[Collected data]
□ □ □ □ □ □ □

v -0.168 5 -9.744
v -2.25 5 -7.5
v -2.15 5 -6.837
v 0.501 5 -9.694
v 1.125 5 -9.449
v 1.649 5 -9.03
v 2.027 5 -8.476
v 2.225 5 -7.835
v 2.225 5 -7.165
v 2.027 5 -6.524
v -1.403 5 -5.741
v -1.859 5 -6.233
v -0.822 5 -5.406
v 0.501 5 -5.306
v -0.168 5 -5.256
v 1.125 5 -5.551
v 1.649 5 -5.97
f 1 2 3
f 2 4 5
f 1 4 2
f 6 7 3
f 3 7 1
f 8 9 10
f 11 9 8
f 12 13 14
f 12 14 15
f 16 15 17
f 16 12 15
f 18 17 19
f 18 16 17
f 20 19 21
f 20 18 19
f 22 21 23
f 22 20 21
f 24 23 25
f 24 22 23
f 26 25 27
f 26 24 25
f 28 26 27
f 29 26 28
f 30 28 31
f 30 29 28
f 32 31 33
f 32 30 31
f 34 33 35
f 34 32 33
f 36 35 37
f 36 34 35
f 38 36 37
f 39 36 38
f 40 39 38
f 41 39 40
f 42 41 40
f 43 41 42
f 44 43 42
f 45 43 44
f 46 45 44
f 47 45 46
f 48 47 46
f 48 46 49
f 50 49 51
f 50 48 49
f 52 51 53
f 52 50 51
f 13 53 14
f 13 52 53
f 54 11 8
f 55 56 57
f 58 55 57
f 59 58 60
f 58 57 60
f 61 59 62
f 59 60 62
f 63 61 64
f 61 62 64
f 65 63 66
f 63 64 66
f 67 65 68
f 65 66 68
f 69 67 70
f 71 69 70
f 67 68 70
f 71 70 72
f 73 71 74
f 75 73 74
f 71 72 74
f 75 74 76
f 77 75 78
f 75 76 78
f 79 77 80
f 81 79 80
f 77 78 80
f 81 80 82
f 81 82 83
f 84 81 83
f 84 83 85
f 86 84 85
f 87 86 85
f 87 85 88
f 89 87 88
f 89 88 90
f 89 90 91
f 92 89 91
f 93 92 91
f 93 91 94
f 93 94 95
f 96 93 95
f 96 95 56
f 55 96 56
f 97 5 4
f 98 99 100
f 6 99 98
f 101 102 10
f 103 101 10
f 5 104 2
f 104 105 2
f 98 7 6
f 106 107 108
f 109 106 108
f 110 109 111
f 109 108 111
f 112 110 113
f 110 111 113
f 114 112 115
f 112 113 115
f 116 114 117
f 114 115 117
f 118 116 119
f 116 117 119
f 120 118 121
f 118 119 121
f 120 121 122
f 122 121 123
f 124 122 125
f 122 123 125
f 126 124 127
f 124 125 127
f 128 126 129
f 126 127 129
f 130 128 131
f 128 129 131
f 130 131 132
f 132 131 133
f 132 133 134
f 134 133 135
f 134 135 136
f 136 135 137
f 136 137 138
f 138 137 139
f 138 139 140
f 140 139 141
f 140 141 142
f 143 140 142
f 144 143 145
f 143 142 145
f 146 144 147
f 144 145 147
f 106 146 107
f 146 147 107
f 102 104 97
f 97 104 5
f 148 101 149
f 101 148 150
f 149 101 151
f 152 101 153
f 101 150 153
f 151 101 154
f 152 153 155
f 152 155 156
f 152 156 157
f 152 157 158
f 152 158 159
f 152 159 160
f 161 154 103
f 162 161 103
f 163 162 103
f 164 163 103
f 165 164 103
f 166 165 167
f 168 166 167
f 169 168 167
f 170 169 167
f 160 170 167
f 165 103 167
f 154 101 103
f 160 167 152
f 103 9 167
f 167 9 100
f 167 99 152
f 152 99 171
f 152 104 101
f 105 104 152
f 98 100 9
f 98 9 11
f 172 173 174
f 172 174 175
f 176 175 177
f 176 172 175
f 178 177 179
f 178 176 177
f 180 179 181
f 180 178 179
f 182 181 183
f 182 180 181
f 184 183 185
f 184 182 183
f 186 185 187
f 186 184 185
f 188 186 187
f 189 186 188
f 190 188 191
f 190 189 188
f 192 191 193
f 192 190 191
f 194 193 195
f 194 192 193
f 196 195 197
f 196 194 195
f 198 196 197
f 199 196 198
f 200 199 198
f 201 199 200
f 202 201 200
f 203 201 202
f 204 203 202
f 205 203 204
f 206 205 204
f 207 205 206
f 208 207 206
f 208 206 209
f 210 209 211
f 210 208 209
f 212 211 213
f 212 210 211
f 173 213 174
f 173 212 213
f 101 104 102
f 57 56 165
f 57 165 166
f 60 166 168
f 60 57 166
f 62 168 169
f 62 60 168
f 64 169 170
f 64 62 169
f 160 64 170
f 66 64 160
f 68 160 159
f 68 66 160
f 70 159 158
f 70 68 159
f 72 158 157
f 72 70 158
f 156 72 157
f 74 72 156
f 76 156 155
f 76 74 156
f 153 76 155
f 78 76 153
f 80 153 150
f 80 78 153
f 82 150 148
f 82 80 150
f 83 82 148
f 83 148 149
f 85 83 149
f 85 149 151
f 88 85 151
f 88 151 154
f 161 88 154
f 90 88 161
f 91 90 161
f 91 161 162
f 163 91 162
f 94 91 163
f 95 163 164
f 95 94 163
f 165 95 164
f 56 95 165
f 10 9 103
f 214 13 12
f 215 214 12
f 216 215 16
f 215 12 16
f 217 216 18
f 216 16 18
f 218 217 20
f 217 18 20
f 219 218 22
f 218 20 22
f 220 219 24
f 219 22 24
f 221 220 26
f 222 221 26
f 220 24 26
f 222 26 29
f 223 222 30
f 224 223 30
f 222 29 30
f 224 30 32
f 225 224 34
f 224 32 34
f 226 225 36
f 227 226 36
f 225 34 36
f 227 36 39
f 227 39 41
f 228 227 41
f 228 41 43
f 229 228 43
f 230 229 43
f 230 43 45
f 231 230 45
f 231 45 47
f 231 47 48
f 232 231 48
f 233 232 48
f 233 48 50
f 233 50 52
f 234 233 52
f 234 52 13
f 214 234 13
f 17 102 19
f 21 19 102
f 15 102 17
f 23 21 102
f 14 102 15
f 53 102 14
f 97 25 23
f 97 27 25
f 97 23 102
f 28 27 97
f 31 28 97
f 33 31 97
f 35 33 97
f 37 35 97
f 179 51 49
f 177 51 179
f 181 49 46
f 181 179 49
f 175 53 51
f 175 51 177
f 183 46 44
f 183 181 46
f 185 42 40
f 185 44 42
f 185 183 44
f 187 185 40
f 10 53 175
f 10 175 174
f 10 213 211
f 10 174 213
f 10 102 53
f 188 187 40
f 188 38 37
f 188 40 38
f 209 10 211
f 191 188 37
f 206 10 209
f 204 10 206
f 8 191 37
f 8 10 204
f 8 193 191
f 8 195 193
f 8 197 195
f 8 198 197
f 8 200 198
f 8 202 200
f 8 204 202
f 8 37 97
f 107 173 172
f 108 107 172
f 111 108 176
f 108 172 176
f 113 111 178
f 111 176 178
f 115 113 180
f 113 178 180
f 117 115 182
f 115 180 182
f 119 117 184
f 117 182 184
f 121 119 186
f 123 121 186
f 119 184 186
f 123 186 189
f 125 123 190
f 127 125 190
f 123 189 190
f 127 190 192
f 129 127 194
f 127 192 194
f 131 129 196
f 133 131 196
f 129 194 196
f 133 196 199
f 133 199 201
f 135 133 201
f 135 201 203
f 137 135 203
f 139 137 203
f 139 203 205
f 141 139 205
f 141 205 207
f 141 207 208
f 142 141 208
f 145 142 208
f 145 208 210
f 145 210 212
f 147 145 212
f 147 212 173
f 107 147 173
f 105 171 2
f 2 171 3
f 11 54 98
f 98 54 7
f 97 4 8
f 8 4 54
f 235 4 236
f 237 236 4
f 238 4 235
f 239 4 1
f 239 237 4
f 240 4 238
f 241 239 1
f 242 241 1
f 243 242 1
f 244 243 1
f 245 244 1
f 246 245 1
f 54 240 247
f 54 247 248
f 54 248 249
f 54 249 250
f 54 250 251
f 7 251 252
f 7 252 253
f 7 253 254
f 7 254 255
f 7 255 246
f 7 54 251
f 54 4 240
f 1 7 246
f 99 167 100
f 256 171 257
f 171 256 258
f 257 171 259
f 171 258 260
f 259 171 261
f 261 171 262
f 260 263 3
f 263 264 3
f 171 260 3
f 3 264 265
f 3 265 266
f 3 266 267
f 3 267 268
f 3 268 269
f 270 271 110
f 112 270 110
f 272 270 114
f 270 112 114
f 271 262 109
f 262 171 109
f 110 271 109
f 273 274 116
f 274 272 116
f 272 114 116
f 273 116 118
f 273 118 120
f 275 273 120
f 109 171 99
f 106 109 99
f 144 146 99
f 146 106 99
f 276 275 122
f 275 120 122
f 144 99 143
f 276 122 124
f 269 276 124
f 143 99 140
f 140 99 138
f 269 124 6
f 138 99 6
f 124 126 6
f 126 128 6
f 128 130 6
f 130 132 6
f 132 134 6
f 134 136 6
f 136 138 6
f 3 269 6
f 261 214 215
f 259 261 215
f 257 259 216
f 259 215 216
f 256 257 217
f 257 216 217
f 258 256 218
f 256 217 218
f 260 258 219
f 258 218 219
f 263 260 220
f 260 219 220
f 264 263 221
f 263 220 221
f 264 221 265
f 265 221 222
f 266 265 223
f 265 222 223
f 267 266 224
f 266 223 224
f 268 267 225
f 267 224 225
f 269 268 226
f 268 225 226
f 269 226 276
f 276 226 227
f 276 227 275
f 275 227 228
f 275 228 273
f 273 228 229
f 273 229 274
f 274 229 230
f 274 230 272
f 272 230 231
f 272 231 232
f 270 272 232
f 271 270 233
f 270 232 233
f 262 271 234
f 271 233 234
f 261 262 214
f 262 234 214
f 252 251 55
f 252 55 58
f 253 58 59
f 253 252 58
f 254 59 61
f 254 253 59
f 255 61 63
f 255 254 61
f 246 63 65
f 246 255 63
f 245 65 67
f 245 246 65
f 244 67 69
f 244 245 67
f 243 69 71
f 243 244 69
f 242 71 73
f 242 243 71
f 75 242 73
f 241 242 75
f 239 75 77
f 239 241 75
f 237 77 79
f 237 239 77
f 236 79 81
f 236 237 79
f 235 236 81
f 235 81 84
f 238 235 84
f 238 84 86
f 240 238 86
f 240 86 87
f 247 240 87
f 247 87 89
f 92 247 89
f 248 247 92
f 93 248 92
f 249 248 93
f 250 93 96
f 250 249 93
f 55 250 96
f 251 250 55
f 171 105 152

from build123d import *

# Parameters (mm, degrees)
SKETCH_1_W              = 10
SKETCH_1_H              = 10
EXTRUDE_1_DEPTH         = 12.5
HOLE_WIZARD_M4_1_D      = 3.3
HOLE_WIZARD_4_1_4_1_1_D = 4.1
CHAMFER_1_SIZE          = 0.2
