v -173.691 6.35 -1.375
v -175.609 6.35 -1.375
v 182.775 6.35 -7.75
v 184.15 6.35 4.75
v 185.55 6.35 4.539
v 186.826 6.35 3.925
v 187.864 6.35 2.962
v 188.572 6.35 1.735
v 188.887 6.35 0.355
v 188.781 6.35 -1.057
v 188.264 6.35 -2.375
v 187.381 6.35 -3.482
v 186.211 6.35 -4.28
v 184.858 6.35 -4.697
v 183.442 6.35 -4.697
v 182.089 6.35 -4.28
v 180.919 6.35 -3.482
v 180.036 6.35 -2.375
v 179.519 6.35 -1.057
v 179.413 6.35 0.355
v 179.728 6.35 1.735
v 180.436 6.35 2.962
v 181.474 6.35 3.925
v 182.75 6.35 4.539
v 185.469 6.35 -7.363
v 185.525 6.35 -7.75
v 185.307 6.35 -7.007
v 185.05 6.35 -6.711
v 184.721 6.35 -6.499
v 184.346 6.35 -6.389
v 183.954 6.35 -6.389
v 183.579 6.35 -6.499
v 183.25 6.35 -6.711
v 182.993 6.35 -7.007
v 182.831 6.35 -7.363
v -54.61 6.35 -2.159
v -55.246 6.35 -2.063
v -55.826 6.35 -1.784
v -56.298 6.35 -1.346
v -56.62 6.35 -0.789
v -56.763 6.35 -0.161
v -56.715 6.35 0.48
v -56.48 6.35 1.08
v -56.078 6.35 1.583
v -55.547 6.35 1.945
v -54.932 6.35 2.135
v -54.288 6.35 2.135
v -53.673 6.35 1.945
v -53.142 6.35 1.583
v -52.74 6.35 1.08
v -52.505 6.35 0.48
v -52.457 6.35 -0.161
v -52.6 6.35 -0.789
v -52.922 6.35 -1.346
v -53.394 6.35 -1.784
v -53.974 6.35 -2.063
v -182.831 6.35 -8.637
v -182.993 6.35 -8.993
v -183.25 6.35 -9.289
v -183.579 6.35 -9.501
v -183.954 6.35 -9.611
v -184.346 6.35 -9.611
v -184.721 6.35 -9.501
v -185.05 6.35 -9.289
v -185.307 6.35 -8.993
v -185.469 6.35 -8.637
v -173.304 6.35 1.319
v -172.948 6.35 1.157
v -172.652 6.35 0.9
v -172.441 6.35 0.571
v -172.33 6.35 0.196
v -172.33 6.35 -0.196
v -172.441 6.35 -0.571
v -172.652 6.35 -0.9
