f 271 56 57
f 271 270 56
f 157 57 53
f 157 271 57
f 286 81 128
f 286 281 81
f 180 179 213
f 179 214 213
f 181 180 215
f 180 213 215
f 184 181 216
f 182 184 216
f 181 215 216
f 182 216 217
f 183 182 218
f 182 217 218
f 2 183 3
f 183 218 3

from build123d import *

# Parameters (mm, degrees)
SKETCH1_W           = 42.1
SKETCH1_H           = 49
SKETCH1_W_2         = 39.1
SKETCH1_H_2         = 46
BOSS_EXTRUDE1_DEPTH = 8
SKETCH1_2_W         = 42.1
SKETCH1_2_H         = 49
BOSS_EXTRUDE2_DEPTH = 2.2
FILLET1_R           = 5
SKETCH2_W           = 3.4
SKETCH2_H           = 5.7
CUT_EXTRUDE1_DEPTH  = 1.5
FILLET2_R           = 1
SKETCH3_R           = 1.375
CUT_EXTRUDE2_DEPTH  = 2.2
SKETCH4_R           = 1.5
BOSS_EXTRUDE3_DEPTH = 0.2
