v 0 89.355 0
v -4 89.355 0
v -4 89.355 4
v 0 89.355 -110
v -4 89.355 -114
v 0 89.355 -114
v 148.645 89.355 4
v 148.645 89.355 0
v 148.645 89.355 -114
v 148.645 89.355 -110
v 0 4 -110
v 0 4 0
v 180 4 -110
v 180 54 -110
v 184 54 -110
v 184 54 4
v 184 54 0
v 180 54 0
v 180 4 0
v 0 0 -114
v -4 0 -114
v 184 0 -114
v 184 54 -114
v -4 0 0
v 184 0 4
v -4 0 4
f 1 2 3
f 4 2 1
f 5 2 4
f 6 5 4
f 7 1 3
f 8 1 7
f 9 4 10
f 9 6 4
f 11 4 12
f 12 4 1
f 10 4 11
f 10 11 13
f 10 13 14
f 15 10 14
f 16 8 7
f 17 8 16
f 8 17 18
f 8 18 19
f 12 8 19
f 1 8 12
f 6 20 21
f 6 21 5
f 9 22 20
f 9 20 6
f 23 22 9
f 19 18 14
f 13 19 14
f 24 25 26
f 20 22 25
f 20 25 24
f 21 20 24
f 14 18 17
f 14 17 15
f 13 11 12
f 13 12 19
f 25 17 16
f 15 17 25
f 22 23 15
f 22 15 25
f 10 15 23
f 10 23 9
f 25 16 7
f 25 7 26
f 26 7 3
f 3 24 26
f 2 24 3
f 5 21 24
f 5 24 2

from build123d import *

# Parameters (mm, degrees)
SKETCH1_W           = 180
SKETCH1_H           = 110
BOSS_EXTRUDE1_DEPTH = 4
SKETCH3_W           = 110
SKETCH3_H           = 54
BOSS_EXTRUDE2_DEPTH = 4
BOSS_EXTRUDE3_DEPTH = 4
SKETCH5_W           = 114
SKETCH5_H           = 89.355339059
BOSS_EXTRUDE4_DEPTH = 4
BOSS_EXTRUDE5_DEPTH = 4


with BuildPart() as part:
    # Sketch1 → Boss-Extrude1 (new body)
    with BuildSketch(Plane(origin=(0, 0, 0), x_dir=(1, 0, 0), z_dir=(0, 1, 0))):
        with Locations((90, 55)):
            Rectangle(SKETCH1_W, SKETCH1_H)
    extrude(amount=BOSS_EXTRUDE1_DEPTH)

    # Sketch3 → Boss-Extrude2 (add)
    with BuildSketch(Plane(origin=(180, 0, 0), x_dir=(0, 0, -1), z_dir=(1, 0, 0))):
        with Locations((55, 27)):
            Rectangle(SKETCH3_W, SKETCH3_H)
    extrude(amount=BOSS_EXTRUDE2_DEPTH)

    # Sketch4 → Boss-Extrude3 (add)
    with BuildSketch(Plane(origin=(0, 0, -110), x_dir=(-1, 0, 0), z_dir=(0, 0, -1))):
        Polygon((-184, 54), (-148.644660941, 89.355339059), (0, 89.355339059), (0, 4), (0, 0), (-184, 0), align=None)
    extrude(amount=BOSS_EXTRUDE3_DEPTH)

    # Sketch5 → Boss-Extrude4 (add)
    with BuildSketch(Plane.ZY):
        with Locations((-57, 44.67766953)):
            Rectangle(SKETCH5_W, SKETCH5_H)
    extrude(amount=BOSS_EXTRUDE4_DEPTH)

    # Sketch10 → Boss-Extrude5 (add)
    with BuildSketch(Plane.XY):
        Polygon((-4, 89.355339059), (148.644660941, 89.355339059), (184, 54), (184, 0), (-4, 0), align=None)
    extrude(amount=BOSS_EXTRUDE5_DEPTH)


solid = part.part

□ □ □ □ □ □ □

▶ _Exercise directions_: Return only the exact lines from the opening of the records through the line that contains "v 0.501 5 -5.306", both included.

▶ _Task solution_:
v -0.168 5 -9.744
v -2.25 5 -7.5
v -2.15 5 -6.837
v 0.501 5 -9.694
v 1.125 5 -9.449
v 1.649 5 -9.03
v 2.027 5 -8.476
v 2.225 5 -7.835
v 2.225 5 -7.165
v 2.027 5 -6.524
v -1.403 5 -5.741
v -1.859 5 -6.233
v -0.822 5 -5.406
v 0.501 5 -5.306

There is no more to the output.